The perception of Configuration Management
When I talk about Configuration Management, not everyone has the same positive association. You know Configuration Management, that thing that people hate:
- The Fun Police
 - ️The Innovation Killer
 - The Department of No
 - The Waffen-SS of quality.
 
Yes, Configuration Management does not have the best reputation, which got me thinking that this perception is flawed at best!
Just Duct Tape It
Often, Configuration Management is the only thing standing between innovation and a product held together by duct tape and ignorance.
As a kid, I loved the TV show MacGyver in the late eighties, about a secret agent who basically saves the day with duct tape. But you can’t MacGyver yourself out of quality issues in real life.

Every organization has a little bit of this ‘just-duct tape-it’ mentality. We’re great at patching, great at quick fixes, great at just getting things out the door. We have the best engineers, the smartest people, the most talented teams. And when something breaks, what do we do? We find a creative way to duct-tape it back together and get it out the door. And it works… for a while. Until it doesn’t.

Do you remember this? The Deepwater Horizon explosion killed 11 rig workers and caused an environmental disaster of immense proportions.
The companies involved have spent $71 billion so far. What happened?
The diagrams provided by the equipment’s owner to the oil company did not match the Blowout preventer structures located on the sea floor. When they tried to install the device that could have prevented the explosion, it didn’t fit. Changes were not processed properly.

A car manufacturer altered the design of ignition switches without changing the part number. Due to the change, the ignition could instantly switch off, causing the engine to stop. Imagine you are on the highway, driving at 65 or 70 miles per hour, and suddenly your engine comes to an immediate halt.
275 people were injured, and 124 lost their lives. The company has paid US$2,6 billion in fines and settlements and recalled 30 million cars worldwide.

A kitchen appliance manufacturer provided a software-over-the-air update to its Microwave Combi, which caused an identity crisis: the microwave combi believed it was a steam oven. Since the steam oven lacked a software-over-the-air update function, the fix required a service engineer to physically update the device via USB.
These examples are not intended to bash these manufacturers; that is why I do not mention names. Because this could have happened in some way or form to any of our organizations. The common theme is that there was no adequate CM in place to prevent these issues from occurring.

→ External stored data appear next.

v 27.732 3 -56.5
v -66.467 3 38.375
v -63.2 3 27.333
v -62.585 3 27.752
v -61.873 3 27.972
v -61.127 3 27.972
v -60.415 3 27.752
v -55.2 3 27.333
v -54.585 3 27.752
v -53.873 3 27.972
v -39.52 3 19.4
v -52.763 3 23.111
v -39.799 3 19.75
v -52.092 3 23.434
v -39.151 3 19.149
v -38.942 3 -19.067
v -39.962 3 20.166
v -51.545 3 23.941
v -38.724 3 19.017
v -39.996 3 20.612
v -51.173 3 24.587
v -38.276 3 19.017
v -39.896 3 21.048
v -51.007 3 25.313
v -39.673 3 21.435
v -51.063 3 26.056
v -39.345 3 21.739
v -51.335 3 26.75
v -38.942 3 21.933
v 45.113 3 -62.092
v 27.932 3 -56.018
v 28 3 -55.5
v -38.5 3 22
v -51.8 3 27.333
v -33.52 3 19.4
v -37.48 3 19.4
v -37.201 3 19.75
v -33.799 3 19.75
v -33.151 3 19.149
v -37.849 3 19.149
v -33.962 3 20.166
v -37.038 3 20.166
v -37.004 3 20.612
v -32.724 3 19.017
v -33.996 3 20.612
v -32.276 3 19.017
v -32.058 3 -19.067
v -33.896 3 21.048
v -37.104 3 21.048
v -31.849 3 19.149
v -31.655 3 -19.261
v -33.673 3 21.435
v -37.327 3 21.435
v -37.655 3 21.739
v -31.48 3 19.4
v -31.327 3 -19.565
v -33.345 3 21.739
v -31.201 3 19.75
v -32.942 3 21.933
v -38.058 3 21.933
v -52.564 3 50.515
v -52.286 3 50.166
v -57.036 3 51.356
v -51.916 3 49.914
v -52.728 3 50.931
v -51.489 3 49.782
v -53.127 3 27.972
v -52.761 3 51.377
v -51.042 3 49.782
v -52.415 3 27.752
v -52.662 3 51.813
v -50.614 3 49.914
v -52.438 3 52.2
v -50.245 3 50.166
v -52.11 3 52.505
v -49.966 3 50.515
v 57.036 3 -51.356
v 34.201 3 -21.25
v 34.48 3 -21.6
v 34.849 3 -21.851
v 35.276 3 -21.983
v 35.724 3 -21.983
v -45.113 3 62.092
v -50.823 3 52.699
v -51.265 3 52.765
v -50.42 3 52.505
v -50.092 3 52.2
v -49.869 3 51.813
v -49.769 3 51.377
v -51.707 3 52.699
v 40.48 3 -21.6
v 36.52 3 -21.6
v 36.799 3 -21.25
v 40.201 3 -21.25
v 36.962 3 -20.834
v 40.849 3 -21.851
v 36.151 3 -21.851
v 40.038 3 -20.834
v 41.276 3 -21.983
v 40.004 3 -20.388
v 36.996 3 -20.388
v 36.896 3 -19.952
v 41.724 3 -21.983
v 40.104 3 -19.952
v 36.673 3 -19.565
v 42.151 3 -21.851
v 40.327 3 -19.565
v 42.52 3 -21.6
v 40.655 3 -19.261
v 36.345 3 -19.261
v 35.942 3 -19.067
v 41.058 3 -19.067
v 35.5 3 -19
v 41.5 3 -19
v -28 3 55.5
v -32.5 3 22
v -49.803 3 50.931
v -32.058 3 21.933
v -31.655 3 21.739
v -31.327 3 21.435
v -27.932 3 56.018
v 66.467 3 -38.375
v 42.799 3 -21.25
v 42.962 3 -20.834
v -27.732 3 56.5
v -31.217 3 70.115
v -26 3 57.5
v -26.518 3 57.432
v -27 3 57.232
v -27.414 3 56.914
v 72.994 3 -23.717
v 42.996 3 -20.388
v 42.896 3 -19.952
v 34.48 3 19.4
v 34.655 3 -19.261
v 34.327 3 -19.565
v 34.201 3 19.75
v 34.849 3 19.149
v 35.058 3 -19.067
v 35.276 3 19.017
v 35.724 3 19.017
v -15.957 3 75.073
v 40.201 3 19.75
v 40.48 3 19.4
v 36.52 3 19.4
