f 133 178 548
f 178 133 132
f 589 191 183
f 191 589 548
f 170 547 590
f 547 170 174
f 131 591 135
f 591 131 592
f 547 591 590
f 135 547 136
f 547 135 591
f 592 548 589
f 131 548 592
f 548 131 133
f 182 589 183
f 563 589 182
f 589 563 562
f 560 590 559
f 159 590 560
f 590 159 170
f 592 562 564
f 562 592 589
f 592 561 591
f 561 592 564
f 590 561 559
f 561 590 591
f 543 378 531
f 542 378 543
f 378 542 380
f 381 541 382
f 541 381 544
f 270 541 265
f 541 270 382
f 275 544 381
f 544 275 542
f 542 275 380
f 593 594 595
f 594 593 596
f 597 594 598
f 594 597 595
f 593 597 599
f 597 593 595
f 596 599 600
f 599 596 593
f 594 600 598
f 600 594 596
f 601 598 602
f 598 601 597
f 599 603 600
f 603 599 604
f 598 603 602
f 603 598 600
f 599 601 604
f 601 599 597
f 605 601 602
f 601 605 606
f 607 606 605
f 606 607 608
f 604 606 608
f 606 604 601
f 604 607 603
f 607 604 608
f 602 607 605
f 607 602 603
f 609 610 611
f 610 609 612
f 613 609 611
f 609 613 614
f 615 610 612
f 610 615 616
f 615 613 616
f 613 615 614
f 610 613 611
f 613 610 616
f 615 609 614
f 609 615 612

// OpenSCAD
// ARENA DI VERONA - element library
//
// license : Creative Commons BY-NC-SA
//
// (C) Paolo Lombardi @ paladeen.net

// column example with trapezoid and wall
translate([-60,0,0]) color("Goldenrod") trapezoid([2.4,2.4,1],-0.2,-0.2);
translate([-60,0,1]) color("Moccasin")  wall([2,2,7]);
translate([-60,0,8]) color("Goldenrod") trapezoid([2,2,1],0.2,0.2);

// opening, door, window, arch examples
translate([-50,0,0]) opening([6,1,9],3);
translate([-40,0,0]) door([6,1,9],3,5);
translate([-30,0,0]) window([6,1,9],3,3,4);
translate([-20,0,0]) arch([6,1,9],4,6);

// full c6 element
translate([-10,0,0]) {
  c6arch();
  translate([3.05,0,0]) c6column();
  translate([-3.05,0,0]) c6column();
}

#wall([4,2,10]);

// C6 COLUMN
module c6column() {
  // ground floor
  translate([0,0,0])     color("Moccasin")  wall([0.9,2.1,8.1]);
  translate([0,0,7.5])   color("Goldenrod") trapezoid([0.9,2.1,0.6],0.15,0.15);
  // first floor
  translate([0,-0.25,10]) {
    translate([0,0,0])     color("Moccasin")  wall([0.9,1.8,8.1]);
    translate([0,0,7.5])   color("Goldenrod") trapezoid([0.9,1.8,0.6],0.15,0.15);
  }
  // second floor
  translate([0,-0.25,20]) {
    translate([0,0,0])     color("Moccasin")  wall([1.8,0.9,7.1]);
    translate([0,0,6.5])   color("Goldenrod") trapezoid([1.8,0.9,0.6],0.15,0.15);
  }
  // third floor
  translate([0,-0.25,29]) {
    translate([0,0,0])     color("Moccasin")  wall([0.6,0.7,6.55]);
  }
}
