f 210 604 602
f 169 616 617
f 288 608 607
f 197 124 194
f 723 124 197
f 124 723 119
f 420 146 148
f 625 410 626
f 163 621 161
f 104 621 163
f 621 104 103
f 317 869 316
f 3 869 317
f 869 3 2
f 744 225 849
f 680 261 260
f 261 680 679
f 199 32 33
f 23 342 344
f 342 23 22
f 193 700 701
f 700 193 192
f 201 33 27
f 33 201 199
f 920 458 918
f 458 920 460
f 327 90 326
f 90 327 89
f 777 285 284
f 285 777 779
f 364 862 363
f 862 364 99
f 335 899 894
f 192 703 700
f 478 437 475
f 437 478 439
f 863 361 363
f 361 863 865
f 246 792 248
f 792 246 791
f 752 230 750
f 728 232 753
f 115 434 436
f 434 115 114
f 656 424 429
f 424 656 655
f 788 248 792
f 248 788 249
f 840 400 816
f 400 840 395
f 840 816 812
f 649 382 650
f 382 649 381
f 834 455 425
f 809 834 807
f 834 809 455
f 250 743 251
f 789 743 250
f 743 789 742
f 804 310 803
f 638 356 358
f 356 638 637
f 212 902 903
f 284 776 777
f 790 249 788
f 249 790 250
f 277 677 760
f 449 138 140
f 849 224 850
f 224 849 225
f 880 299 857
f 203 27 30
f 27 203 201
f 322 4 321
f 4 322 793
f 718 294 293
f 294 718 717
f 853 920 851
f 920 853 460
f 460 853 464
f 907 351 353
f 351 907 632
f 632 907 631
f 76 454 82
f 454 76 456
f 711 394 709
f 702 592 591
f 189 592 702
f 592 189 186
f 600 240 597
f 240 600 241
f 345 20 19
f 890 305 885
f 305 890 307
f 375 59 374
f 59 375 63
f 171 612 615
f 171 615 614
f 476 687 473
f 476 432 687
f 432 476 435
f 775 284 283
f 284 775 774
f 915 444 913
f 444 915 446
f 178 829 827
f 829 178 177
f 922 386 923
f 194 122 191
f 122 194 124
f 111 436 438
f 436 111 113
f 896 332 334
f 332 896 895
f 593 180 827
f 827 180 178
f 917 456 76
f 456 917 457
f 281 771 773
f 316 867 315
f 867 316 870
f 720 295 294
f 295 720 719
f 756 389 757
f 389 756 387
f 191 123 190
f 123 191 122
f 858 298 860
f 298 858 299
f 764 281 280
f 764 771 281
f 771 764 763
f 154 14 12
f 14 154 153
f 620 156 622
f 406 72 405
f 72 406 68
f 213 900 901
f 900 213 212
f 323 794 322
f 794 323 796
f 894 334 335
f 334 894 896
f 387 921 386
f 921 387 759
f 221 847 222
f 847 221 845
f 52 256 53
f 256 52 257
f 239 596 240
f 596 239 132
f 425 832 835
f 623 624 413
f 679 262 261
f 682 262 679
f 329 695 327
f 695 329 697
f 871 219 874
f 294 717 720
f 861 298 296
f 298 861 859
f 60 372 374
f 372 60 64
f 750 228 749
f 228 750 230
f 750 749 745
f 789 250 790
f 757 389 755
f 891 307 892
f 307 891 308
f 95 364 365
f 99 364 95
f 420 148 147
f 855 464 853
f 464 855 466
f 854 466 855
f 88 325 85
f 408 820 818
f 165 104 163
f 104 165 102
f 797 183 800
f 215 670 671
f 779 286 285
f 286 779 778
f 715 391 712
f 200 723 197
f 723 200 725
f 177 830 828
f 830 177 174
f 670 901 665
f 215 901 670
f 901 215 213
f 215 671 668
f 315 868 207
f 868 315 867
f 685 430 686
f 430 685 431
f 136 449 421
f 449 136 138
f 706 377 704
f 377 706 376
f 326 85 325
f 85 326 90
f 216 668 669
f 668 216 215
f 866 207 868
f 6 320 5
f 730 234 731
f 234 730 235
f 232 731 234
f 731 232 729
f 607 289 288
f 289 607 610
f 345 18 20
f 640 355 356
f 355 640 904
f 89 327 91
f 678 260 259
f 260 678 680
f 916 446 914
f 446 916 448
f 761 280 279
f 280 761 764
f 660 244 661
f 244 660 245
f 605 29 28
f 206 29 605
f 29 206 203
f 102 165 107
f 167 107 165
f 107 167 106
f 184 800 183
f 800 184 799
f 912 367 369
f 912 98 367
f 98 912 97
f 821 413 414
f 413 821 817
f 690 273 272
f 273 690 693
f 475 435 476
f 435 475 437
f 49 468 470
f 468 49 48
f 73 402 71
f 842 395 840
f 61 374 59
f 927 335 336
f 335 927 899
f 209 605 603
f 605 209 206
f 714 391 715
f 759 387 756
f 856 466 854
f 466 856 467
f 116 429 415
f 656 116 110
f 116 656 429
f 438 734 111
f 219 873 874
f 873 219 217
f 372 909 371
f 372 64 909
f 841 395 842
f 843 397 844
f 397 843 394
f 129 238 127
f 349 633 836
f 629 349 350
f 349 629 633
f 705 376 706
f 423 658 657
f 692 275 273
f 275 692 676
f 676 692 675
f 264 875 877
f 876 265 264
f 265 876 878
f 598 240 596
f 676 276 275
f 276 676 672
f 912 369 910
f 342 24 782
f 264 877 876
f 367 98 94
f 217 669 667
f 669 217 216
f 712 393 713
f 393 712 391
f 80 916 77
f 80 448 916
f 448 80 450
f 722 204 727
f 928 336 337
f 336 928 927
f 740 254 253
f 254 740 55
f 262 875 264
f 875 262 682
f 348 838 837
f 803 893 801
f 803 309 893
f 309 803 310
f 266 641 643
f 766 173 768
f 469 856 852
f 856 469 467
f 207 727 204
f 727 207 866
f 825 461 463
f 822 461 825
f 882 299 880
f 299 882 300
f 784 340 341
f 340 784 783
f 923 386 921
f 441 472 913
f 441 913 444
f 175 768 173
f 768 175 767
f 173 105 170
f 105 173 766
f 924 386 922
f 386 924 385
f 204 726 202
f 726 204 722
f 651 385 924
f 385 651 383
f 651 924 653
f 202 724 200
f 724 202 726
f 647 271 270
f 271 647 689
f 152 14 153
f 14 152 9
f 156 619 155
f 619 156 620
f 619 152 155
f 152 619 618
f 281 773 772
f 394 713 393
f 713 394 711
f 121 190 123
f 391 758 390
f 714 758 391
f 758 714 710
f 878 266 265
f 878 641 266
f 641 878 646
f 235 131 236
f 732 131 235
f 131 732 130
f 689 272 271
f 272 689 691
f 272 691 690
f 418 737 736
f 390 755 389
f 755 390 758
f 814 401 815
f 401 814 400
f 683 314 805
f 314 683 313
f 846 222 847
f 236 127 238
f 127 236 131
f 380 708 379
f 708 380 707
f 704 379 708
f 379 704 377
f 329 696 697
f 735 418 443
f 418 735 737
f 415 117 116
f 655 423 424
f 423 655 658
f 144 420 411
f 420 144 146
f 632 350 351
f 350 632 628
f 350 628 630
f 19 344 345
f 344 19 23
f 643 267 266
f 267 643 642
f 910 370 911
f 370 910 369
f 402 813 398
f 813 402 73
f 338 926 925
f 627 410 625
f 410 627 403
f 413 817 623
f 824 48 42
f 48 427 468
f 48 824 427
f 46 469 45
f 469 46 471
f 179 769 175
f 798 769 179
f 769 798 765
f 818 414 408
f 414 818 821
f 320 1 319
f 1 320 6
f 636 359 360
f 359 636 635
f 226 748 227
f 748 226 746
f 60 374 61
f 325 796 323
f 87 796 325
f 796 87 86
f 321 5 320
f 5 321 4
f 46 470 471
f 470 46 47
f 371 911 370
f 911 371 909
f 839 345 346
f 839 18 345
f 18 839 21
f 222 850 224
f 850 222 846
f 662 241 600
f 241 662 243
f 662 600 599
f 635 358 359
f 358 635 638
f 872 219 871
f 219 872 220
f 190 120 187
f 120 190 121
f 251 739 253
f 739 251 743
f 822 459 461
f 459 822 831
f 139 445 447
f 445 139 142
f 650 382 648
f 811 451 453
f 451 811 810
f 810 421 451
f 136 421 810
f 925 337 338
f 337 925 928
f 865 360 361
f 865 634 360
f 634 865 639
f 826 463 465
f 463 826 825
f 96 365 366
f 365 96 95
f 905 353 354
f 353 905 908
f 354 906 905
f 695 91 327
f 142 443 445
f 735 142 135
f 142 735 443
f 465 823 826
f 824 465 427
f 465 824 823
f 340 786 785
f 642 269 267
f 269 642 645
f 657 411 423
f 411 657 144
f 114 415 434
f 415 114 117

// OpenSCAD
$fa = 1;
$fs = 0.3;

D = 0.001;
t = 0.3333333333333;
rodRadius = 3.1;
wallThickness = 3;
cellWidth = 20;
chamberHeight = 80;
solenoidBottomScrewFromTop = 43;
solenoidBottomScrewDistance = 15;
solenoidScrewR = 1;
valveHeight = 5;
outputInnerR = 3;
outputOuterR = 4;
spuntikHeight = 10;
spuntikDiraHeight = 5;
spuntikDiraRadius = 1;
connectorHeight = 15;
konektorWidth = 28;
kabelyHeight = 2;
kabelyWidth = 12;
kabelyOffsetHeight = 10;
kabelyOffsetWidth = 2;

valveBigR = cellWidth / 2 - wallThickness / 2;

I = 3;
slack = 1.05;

“How can you scale your business effectively and sustainably when your organization runs on chaos?”
Don’t get me wrong. Even with the perfect system, things will go wrong, less frequently, and when they do go wrong, the perfect system will detect this earlier and fix it faster, and prevent the same problem from recurring.
Scaling an organization, whether it is a startup or a large corporation, requires a holistic approach. If you do it without a good plan and without considering Enterprise Configuration Management, you will create a business deficit from the start. You end up immediately with a legacy system that requires patches to stay afloat.
Configuration-relevant information
All configuration-relevant information in an organization must be identified, linked, owned, validated, and released. 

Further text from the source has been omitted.